To: AC Flyer who wrote (20933)7/9/2002 3:40:41 AM
From: EL KABONG!!!  Respond to of 74559
 
AC Flyer,

Any spike down in the stock will be an excellent buying opportunity.

I disagree. The accounting issues notwithstanding, Merck's problems are with its current pharmaceutical offerings and its new drug pipeline.

To start with, virtually all of Merck's former blockbuster drugs come off patent protection within the next 3 years. Merck will be forced to go head-to-head with generic competitors on its top-of-the-line products. If history is any guide at all (and in drugs it usually is), Merck will quickly lose more than 50% of their sales, drug by drug, as they come off protection.

The second problem, and one that is much more difficult, is that Merck really has no blockbusters in the new drug pipeline. So, they either come up with one quickly from their research efforts (not highly probable) or they buy someone else's pipeline (very possible for either a merger or a buyout of another firm). With the stock price down, any buyout or merger may prove to be much more costly than Merck (or its shareholders) would find comfortable.

So the bottom line on Merck is that although they're still a big company and a major force to be reckoned with in pharmaceuticals, they do have some immediate term problems that makes a current purchase of their stock risky, even for swing traders. Of course, everything depends on just how far the price of Merck stock falls. If it went way below book value (not likely) then even a schmuck like me would be running to my broker... <g>

Seriously, if an investor wants a fairly decent drug stock for an investment, Pfizer (at least on paper) looks like a better buy than Merck. Time will tell, I guess...

KJC



To: AC Flyer who wrote (20933)7/9/2002 3:47:52 AM
From: Raymond Duray  Respond to of 74559
 
NEW RIP-OFF BOMBSHELL!! A TRIFECTA OF SLEAZE!
MERCK PHARMACEUTICALS INFLATED STATEMENTS BY $$$ BILLIONS

MERCK CEO IS TOP BUSH ADVISOR: THE LATEST GOP KENNY BOY

BUSH UP TO HIS NECK IN MERCK MUCK

DUBYA'S ENRON ACID REFLUX

mediawhoresonline.com

In a thermonuclear revelation on the eve of George W. Bush's "corporate responsibility" speech, the Wall Street Journal, Financial Times, and other sources are reporting yet another new and huge corporate rip-off scandal linked to Bush, this one involving the Merck pharmaceutical corporation, and its CEO Raymond Gilmartin.

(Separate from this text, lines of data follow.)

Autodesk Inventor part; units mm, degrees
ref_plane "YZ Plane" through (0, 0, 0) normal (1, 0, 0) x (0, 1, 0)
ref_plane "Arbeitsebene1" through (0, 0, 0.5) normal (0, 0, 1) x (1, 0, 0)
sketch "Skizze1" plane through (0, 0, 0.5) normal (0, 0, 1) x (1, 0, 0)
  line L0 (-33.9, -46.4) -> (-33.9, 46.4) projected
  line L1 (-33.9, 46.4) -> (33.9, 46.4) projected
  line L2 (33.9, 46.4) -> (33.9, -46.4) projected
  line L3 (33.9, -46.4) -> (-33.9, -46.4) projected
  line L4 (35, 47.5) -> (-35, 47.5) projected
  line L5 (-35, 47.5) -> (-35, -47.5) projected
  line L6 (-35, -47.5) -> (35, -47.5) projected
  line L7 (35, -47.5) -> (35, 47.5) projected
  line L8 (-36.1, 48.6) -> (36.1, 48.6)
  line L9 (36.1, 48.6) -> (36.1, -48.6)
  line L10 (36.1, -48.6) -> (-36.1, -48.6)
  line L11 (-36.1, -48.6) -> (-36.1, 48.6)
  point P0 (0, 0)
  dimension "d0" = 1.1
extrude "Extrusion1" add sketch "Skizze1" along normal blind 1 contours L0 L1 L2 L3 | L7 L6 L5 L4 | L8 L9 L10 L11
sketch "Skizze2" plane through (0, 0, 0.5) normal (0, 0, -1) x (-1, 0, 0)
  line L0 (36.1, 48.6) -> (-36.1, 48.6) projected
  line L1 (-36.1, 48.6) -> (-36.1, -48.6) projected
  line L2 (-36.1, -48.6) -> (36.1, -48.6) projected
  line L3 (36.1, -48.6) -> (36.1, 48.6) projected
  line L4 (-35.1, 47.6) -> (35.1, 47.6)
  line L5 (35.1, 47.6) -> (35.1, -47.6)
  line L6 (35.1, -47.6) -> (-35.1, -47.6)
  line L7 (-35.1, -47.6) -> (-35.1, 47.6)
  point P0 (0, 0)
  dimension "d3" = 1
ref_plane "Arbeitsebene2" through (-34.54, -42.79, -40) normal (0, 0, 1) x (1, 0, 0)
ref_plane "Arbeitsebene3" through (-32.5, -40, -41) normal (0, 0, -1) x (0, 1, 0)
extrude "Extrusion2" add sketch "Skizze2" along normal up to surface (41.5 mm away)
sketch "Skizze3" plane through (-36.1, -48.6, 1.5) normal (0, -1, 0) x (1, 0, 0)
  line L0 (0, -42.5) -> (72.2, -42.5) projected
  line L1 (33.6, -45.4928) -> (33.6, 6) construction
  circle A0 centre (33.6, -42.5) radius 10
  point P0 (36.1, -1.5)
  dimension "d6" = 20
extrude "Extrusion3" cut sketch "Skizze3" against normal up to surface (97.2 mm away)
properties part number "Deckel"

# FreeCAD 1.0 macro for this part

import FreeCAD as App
import Part
import Sketcher
from FreeCAD import Vector
Q = App.Units.Quantity

doc = App.newDocument("Part")
body = doc.addObject("PartDesign::Body", "Body")

# Sketch on XY plane
sketch1 = body.newObject("Sketcher::SketchObject", "Sketch")
sketch1.AttachmentSupport = (doc.getObject("XY_Plane"), [""])
sketch1.MapMode = "FlatFace"
sketch1.AttachmentOffset = App.Placement(Vector(0, 0, 0.5), App.Rotation())
sketch1.addGeometry(Part.LineSegment(Vector(36, 49, 0), Vector(-36, 49, 0)), False)
sketch1.addGeometry(Part.LineSegment(Vector(-36, 49, 0), Vector(-36, -49, 0)), False)
sketch1.addGeometry(Part.LineSegment(Vector(-36, -49, 0), Vector(36, -49, 0)), False)
sketch1.addGeometry(Part.LineSegment(Vector(36, -49, 0), Vector(36, 49, 0)), False)
sketch1.addConstraint(Sketcher.Constraint("Coincident", 0, 2, 1, 1))
sketch1.addConstraint(Sketcher.Constraint("Coincident", 1, 2, 2, 1))
sketch1.addConstraint(Sketcher.Constraint("Coincident", 2, 2, 3, 1))
sketch1.addConstraint(Sketcher.Constraint("Coincident", 3, 2, 0, 1))
sketch1.addConstraint(Sketcher.Constraint("Horizontal", 0))
sketch1.addConstraint(Sketcher.Constraint("Vertical", 1))
sketch1.addConstraint(Sketcher.Constraint("Horizontal", 2))
sketch1.addConstraint(Sketcher.Constraint("Vertical", 3))
sketch1.addConstraint(Sketcher.Constraint("Symmetric", 0, 2, 2, 2, -1, 1))
sketch1.addConstraint(Sketcher.Constraint("DistanceX", 0, 2, 0, 1, Q("72.2 mm")))
sketch1.addConstraint(Sketcher.Constraint("DistanceY", 1, 2, 1, 1, Q("97.2 mm")))
pad1 = body.newObject("PartDesign::Pad", "Pad")
pad1.Profile = sketch1
pad1.Length = 1

# Sketch on XY plane
sketch2 = body.newObject("Sketcher::SketchObject", "Sketch001")
sketch2.AttachmentSupport = (doc.getObject("XY_Plane"), [""])
sketch2.MapMode = "FlatFace"
sketch2.AttachmentOffset = App.Placement(Vector(0, 0, 0.5), App.Rotation())
sketch2.addGeometry(Part.LineSegment(Vector(-36, -49, 0), Vector(-36, 49, 0)), False)
sketch2.addGeometry(Part.LineSegment(Vector(-36, 49, 0), Vector(36, 49, 0)), False)
sketch2.addGeometry(Part.LineSegment(Vector(36, 49, 0), Vector(36, -49, 0)), False)
sketch2.addGeometry(Part.LineSegment(Vector(36, -49, 0), Vector(-36, -49, 0)), False)
sketch2.addGeometry(Part.LineSegment(Vector(35, -48, 0), Vector(35, 48, 0)), False)
sketch2.addGeometry(Part.LineSegment(Vector(35, 48, 0), Vector(-35, 48, 0)), False)
sketch2.addGeometry(Part.LineSegment(Vector(-35, 48, 0), Vector(-35, -48, 0)), False)
sketch2.addGeometry(Part.LineSegment(Vector(-35, -48, 0), Vector(35, -48, 0)), False)
sketch2.addConstraint(Sketcher.Constraint("Coincident", 0, 2, 1, 1))
sketch2.addConstraint(Sketcher.Constraint("Coincident", 1, 2, 2, 1))
sketch2.addConstraint(Sketcher.Constraint("Coincident", 2, 2, 3, 1))
sketch2.addConstraint(Sketcher.Constraint("Coincident", 3, 2, 0, 1))
sketch2.addConstraint(Sketcher.Constraint("Coincident", 4, 2, 5, 1))
sketch2.addConstraint(Sketcher.Constraint("Coincident", 5, 2, 6, 1))
sketch2.addConstraint(Sketcher.Constraint("Coincident", 6, 2, 7, 1))
sketch2.addConstraint(Sketcher.Constraint("Coincident", 7, 2, 4, 1))
sketch2.addConstraint(Sketcher.Constraint("Vertical", 0))
sketch2.addConstraint(Sketcher.Constraint("Horizontal", 1))
sketch2.addConstraint(Sketcher.Constraint("Vertical", 2))
sketch2.addConstraint(Sketcher.Constraint("Horizontal", 3))
sketch2.addConstraint(Sketcher.Constraint("Vertical", 4))
sketch2.addConstraint(Sketcher.Constraint("Horizontal", 5))
sketch2.addConstraint(Sketcher.Constraint("Vertical", 6))
sketch2.addConstraint(Sketcher.Constraint("Horizontal", 7))
sketch2.addConstraint(Sketcher.Constraint("Symmetric", 0, 2, 2, 2, -1, 1))
sketch2.addConstraint(Sketcher.Constraint("Symmetric", 4, 2, 6, 2, -1, 1))
sketch2.addConstraint(Sketcher.Constraint("DistanceX", 4, 2, 1, 2, Q("1 mm")))
sketch2.addConstraint(Sketcher.Constraint("DistanceY", 4, 2, 1, 2, Q("1 mm")))
sketch2.addConstraint(Sketcher.Constraint("DistanceX", 1, 1, 1, 2, Q("72.2 mm")))
sketch2.addConstraint(Sketcher.Constraint("DistanceY", 0, 1, 0, 2, Q("97.2 mm")))
pad2 = body.newObject("PartDesign::Pad", "Pad001")
pad2.Profile = sketch2
pad2.Length = 41.5
pad2.Reversed = True

# Sketch on XZ plane
sketch3 = body.newObject("Sketcher::SketchObject", "Sketch002")
sketch3.AttachmentSupport = (doc.getObject("XZ_Plane"), [""])
sketch3.MapMode = "FlatFace"
sketch3.AttachmentOffset = App.Placement(Vector(0, 0, 48.6), App.Rotation())
sketch3.addGeometry(Part.Circle(Vector(-2, -41, 0), Vector(0, 0, 1), 10), False)
sketch3.addConstraint(Sketcher.Constraint("Diameter", 0, Q("20 mm")))
sketch3.addConstraint(Sketcher.Constraint("DistanceY", 0, 3, -1, 1, Q("41 mm")))
sketch3.addConstraint(Sketcher.Constraint("DistanceX", 0, 3, -1, 1, Q("2.5 mm")))
pocket1 = body.newObject("PartDesign::Pocket", "Pocket")
pocket1.Profile = sketch3
pocket1.Length = 97.2

doc.recompute()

According to breaking coverage, Merck booked $12.4 billion in revenues in the past three years, which it never received.

That's twelve BILLION four hundred MILLION dollars in phony receipts, over three years.

On average, over four BILLION dollars per year.

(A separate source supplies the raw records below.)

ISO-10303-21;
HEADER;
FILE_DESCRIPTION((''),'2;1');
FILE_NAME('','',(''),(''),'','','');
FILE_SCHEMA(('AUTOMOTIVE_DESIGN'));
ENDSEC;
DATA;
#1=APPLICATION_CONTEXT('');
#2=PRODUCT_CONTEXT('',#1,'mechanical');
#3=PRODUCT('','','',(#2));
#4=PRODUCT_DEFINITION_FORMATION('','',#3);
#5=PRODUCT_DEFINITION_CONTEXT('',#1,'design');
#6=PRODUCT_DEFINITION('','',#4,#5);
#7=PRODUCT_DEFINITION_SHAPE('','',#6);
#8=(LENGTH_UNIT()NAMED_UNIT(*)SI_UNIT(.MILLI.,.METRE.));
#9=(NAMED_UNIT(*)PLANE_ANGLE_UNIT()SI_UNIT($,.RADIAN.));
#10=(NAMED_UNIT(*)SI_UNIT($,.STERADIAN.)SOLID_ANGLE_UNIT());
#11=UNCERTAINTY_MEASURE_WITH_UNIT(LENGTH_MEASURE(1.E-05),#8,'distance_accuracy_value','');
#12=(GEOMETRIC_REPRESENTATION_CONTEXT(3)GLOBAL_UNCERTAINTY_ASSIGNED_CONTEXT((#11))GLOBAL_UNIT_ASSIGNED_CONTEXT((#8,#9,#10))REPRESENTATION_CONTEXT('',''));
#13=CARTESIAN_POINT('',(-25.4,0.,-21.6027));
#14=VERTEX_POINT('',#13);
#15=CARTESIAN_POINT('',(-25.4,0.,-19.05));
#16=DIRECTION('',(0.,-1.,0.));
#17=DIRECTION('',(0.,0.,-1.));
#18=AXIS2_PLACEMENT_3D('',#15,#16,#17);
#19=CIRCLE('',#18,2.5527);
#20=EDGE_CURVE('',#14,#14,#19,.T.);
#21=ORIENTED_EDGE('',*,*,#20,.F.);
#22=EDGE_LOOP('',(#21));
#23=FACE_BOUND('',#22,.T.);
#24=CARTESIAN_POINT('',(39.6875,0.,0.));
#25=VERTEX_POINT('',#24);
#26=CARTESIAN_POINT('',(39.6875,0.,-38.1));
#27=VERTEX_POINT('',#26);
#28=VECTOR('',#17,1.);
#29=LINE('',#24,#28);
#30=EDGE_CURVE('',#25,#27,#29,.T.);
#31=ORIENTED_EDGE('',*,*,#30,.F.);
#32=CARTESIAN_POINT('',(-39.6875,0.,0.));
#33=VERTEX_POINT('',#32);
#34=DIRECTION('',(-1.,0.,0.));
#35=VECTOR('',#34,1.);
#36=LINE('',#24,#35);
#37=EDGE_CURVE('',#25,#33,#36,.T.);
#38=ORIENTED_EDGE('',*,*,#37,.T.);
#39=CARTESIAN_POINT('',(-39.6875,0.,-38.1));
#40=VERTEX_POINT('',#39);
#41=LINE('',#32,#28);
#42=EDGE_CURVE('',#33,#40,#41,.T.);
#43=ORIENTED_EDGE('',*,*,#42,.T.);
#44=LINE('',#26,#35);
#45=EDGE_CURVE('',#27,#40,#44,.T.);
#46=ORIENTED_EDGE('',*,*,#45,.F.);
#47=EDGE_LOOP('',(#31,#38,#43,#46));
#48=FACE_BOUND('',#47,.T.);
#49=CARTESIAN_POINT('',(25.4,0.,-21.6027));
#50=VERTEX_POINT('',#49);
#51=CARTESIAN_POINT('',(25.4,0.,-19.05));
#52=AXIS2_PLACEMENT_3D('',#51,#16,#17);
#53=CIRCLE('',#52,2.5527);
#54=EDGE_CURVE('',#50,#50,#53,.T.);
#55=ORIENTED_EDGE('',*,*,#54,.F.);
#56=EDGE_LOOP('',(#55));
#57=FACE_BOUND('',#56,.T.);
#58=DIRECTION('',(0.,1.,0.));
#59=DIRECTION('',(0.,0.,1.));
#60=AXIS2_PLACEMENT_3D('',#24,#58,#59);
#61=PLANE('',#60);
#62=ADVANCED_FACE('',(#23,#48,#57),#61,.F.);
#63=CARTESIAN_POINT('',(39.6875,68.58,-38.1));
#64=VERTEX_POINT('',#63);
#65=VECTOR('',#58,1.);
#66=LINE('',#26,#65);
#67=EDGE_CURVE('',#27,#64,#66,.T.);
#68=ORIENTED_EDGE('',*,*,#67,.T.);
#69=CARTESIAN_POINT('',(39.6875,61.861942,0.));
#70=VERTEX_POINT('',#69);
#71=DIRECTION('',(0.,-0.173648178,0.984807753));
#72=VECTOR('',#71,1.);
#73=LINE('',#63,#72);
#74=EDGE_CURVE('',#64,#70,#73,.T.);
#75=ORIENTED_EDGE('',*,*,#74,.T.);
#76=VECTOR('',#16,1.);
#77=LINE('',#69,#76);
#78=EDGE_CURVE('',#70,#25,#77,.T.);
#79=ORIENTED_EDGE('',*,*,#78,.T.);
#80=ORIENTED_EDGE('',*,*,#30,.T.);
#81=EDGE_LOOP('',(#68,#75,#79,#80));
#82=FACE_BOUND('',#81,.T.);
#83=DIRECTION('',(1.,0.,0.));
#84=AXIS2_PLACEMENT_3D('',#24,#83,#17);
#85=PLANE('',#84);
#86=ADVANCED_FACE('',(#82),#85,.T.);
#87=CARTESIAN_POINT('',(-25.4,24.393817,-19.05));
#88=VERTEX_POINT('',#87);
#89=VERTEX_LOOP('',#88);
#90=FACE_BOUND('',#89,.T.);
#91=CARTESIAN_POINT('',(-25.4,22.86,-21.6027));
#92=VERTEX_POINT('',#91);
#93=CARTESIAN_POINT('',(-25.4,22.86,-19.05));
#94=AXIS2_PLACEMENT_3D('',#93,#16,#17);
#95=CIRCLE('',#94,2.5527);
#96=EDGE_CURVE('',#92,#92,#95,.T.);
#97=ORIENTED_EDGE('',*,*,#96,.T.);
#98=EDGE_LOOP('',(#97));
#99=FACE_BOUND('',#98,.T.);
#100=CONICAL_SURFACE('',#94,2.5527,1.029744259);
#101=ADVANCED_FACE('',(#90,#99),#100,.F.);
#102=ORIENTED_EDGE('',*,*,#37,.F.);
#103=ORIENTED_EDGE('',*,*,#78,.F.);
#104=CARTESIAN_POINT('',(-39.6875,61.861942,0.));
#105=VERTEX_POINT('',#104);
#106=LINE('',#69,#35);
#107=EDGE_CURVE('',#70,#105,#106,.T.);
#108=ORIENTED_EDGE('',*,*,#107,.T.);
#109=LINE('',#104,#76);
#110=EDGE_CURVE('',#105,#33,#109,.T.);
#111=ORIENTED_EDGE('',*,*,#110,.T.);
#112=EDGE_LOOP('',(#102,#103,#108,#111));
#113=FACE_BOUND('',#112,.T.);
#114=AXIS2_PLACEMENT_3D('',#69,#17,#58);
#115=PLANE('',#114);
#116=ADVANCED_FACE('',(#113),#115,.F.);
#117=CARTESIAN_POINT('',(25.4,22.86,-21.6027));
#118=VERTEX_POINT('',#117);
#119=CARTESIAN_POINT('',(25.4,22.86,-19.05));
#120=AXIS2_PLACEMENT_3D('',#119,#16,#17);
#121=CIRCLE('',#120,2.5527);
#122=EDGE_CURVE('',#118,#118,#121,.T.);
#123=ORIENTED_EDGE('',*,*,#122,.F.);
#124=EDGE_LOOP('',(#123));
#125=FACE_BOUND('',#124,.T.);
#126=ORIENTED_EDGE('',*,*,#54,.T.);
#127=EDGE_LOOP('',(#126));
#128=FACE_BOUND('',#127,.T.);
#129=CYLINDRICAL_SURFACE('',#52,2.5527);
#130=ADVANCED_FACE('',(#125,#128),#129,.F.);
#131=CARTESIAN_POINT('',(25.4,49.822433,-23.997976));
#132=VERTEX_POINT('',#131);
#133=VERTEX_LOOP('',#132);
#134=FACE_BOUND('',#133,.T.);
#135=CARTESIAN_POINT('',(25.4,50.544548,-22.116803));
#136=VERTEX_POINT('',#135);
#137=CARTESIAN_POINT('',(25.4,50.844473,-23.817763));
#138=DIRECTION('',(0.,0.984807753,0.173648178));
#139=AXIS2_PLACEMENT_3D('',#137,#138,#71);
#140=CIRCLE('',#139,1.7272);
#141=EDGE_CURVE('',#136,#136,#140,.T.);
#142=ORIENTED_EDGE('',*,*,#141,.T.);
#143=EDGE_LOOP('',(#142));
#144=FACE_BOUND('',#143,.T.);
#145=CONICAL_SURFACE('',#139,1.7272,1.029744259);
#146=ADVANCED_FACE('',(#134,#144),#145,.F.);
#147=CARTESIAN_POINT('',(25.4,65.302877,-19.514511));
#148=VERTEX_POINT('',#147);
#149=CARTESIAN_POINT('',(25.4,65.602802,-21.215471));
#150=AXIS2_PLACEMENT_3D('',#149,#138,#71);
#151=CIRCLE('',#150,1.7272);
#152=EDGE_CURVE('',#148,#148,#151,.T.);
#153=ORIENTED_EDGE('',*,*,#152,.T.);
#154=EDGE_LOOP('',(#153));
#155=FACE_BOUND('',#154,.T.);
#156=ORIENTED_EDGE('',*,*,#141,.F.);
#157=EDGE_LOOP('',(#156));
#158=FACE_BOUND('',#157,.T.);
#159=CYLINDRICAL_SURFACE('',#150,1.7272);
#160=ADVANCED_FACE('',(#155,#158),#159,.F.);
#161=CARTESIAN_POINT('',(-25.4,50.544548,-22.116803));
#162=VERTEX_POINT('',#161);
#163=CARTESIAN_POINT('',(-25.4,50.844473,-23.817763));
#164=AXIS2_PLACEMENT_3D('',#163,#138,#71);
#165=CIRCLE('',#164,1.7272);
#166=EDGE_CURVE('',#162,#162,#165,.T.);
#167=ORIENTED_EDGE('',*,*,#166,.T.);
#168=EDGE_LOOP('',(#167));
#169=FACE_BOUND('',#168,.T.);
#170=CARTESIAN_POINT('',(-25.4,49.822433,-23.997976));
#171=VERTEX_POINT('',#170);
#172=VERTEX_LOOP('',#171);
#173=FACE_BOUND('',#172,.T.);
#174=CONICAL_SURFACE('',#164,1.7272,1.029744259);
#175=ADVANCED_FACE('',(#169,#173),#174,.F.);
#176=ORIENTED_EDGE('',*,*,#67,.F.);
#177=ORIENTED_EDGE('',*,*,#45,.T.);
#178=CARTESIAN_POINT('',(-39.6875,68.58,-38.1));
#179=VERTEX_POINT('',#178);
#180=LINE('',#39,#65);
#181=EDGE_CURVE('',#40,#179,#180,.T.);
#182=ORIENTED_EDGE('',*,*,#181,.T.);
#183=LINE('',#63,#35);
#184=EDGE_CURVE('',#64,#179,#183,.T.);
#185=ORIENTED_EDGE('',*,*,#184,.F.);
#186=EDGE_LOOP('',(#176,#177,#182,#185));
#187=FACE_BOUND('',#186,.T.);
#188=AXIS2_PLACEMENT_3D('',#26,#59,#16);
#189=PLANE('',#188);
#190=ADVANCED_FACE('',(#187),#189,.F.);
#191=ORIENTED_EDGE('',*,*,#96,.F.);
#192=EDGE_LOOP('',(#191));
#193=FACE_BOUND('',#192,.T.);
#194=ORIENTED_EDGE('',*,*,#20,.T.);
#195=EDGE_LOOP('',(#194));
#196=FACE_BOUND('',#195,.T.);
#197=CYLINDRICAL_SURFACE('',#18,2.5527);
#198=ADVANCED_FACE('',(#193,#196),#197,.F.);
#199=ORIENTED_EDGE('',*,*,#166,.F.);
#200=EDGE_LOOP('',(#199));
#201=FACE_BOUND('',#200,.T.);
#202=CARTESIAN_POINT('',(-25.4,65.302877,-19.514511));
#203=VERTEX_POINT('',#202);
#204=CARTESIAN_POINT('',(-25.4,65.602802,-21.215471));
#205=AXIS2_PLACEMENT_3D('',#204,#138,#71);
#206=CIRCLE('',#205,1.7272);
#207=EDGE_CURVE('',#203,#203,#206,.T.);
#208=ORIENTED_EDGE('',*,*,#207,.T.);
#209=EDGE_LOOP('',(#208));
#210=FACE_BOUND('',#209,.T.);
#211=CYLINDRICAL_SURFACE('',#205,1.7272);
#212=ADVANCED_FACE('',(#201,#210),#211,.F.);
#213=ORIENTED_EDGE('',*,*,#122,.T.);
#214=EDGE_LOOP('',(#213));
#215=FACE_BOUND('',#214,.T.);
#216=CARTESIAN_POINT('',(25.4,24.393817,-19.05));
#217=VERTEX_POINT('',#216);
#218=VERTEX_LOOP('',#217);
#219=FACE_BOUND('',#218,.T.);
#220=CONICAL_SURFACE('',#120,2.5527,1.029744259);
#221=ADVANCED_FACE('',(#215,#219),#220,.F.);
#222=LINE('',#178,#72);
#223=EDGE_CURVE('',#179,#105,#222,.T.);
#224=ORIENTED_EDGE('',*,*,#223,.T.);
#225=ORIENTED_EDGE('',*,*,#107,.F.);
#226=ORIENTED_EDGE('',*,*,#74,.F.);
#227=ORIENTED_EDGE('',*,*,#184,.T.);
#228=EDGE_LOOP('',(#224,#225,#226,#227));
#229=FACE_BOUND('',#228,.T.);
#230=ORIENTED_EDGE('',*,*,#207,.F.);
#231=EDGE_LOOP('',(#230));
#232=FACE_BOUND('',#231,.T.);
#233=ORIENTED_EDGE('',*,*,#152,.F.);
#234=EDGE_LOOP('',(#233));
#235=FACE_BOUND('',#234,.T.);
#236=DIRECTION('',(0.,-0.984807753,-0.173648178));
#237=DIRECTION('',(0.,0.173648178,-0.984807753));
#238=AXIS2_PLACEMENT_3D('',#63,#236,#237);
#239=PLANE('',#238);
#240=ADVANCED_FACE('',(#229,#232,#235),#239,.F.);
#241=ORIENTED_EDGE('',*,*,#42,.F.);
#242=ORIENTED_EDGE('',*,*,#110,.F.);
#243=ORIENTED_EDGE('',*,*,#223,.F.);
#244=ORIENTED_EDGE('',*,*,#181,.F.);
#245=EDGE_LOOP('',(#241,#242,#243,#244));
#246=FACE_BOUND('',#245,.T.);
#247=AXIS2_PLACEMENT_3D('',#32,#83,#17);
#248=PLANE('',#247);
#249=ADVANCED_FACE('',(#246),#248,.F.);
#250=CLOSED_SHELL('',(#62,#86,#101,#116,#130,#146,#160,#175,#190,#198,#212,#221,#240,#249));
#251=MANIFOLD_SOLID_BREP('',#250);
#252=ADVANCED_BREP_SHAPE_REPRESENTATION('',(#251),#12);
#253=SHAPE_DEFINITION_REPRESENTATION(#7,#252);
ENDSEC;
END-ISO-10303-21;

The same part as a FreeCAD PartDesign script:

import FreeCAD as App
import Part
import Sketcher
Q = App.Units.Quantity

doc = App.newDocument("Part")
body = doc.addObject("PartDesign::Body", "Body")

sketch1 = doc.addObject("Sketcher::SketchObject", "Sketch")
body.addObject(sketch1)
sketch1.AttachmentSupport = (doc.YZ_Plane, [""])
sketch1.MapMode = "FlatFace"
sketch1.addGeometry([
    Part.LineSegment(App.Vector(0, 0, 0), App.Vector(0, -38.1, 0)),
    Part.LineSegment(App.Vector(0, -38.1, 0), App.Vector(68.58, -38.1, 0)),
    Part.LineSegment(App.Vector(68.58, -38.1, 0), App.Vector(61.861942, 0, 0)),
    Part.LineSegment(App.Vector(61.861942, 0, 0), App.Vector(0, 0, 0)),
], False)
sketch1.addConstraint([
    Sketcher.Constraint("Coincident", 0, 2, 1, 1),
    Sketcher.Constraint("Coincident", 1, 2, 2, 1),
    Sketcher.Constraint("Coincident", 2, 2, 3, 1),
    Sketcher.Constraint("Coincident", 3, 2, 0, 1),
    Sketcher.Constraint("Vertical", 0),
    Sketcher.Constraint("Horizontal", 1),
    Sketcher.Constraint("Horizontal", 3),
    Sketcher.Constraint("Coincident", 3, 2, -1, 1),
    Sketcher.Constraint("DistanceX", 1, 1, 1, 2, Q("2.7 in")),
    Sketcher.Constraint("DistanceY", 0, 2, 0, 1, Q("1.5 in")),
    Sketcher.Constraint("Angle", 2, Q("100 deg")),
])
pad1 = doc.addObject("PartDesign::Pad", "Pad")
body.addObject(pad1)
pad1.Profile = sketch1
pad1.Length = Q("3.125 in")
pad1.Midplane = True

sketch2 = doc.addObject("Sketcher::SketchObject", "Sketch001")
body.addObject(sketch2)
sketch2.AttachmentSupport = (doc.XZ_Plane, [""])
sketch2.MapMode = "FlatFace"
sketch2.addGeometry([
    Part.Circle(App.Vector(-25.4, -19.05, 0), App.Vector(0, 0, 1), 2.5527),
    Part.Circle(App.Vector(25.4, -19.05, 0), App.Vector(0, 0, 1), 2.5527),
], False)
sketch2.addConstraint([
    Sketcher.Constraint("Equal", 0, 1),
    Sketcher.Constraint("Symmetric", 0, 3, 1, 3, -2),
    Sketcher.Constraint("Diameter", 0, Q("0.201 in")),
    Sketcher.Constraint("DistanceX", 0, 3, -1, 1, Q("1 in")),
    Sketcher.Constraint("DistanceY", 0, 3, -1, 1, Q("0.75 in")),
])
doc.recompute()
hole = doc.addObject("PartDesign::Hole", "Hole")
body.addObject(hole)
hole.Profile = sketch2
hole.ThreadType = "None"
hole.Diameter = Q("0.201 in")
hole.DepthType = "Dimension"
hole.Depth = Q("0.9 in")
hole.DrillPoint = "Angled"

More to the point: Merck CEO Raymond Gilmartin, just like Enron's Kenneth "Kenny Boy" Lay, is a major Republican contributor with extremely close ties to George W. Bush and his administration. During the Bush transition, when energy policy was being dictated by Enron and the energy corporations, Bush appointed Merck's Gilmartin to his top advisory committee for formulating health policy, including pharmaceutical and Medicare policy, for the new administration.

Thereafter, Gilmartin triggered tens of millions of dollars to support front groups to back a phony Republican prescription drug bill for seniors and to counter the Democrats' substantive plan. The money has gone to pay for, among other things, TV ad campaigns against Democrats.

The Merck revelations have accelerated the political meltdown of the Bush Administration and the Republican Party, coming in the aftermath of jumbo scandals that have hit Enron and Trent Lott's WorldCom.

The numbers tell part of the story:

In the 1999-2000 and 2001-2002 (to date) election cycles, Merck's Political Action Committee donated, respectively, $319,578 and (again, to date) $259, 653 to federal political candidates.

In 1999-2000, 72 percent of the total went to Republican candidates and PACs in 2001-2002, so far, 64 percent of the total has gone to Republican candidates and PACs.

Merck's CEO, Raymond Gilmartin, is also a big individual G.O.P. donor.

Since 1999, Gilmartin has contributed $74,000 of his own money to federal political campaigns.

More than half of that amount -- $40,000 -- has gone directly to the Republican National Committee.

Another $20,000 of it has gone to individual Republican candidates and their PACs.

A total of $10,000 has gone to Merck's pro-G.O.P. PAC.

Which leaves a whopping $4,000 -- about five percent of the total -- for Democrats.

But it is the direct and close political clout that Merck and Ray Gilmartin received in dictating Bush policy that make this latest scandal look like Enron redux -- or, befitting the corporation involved, Bush's Enron acid reflux.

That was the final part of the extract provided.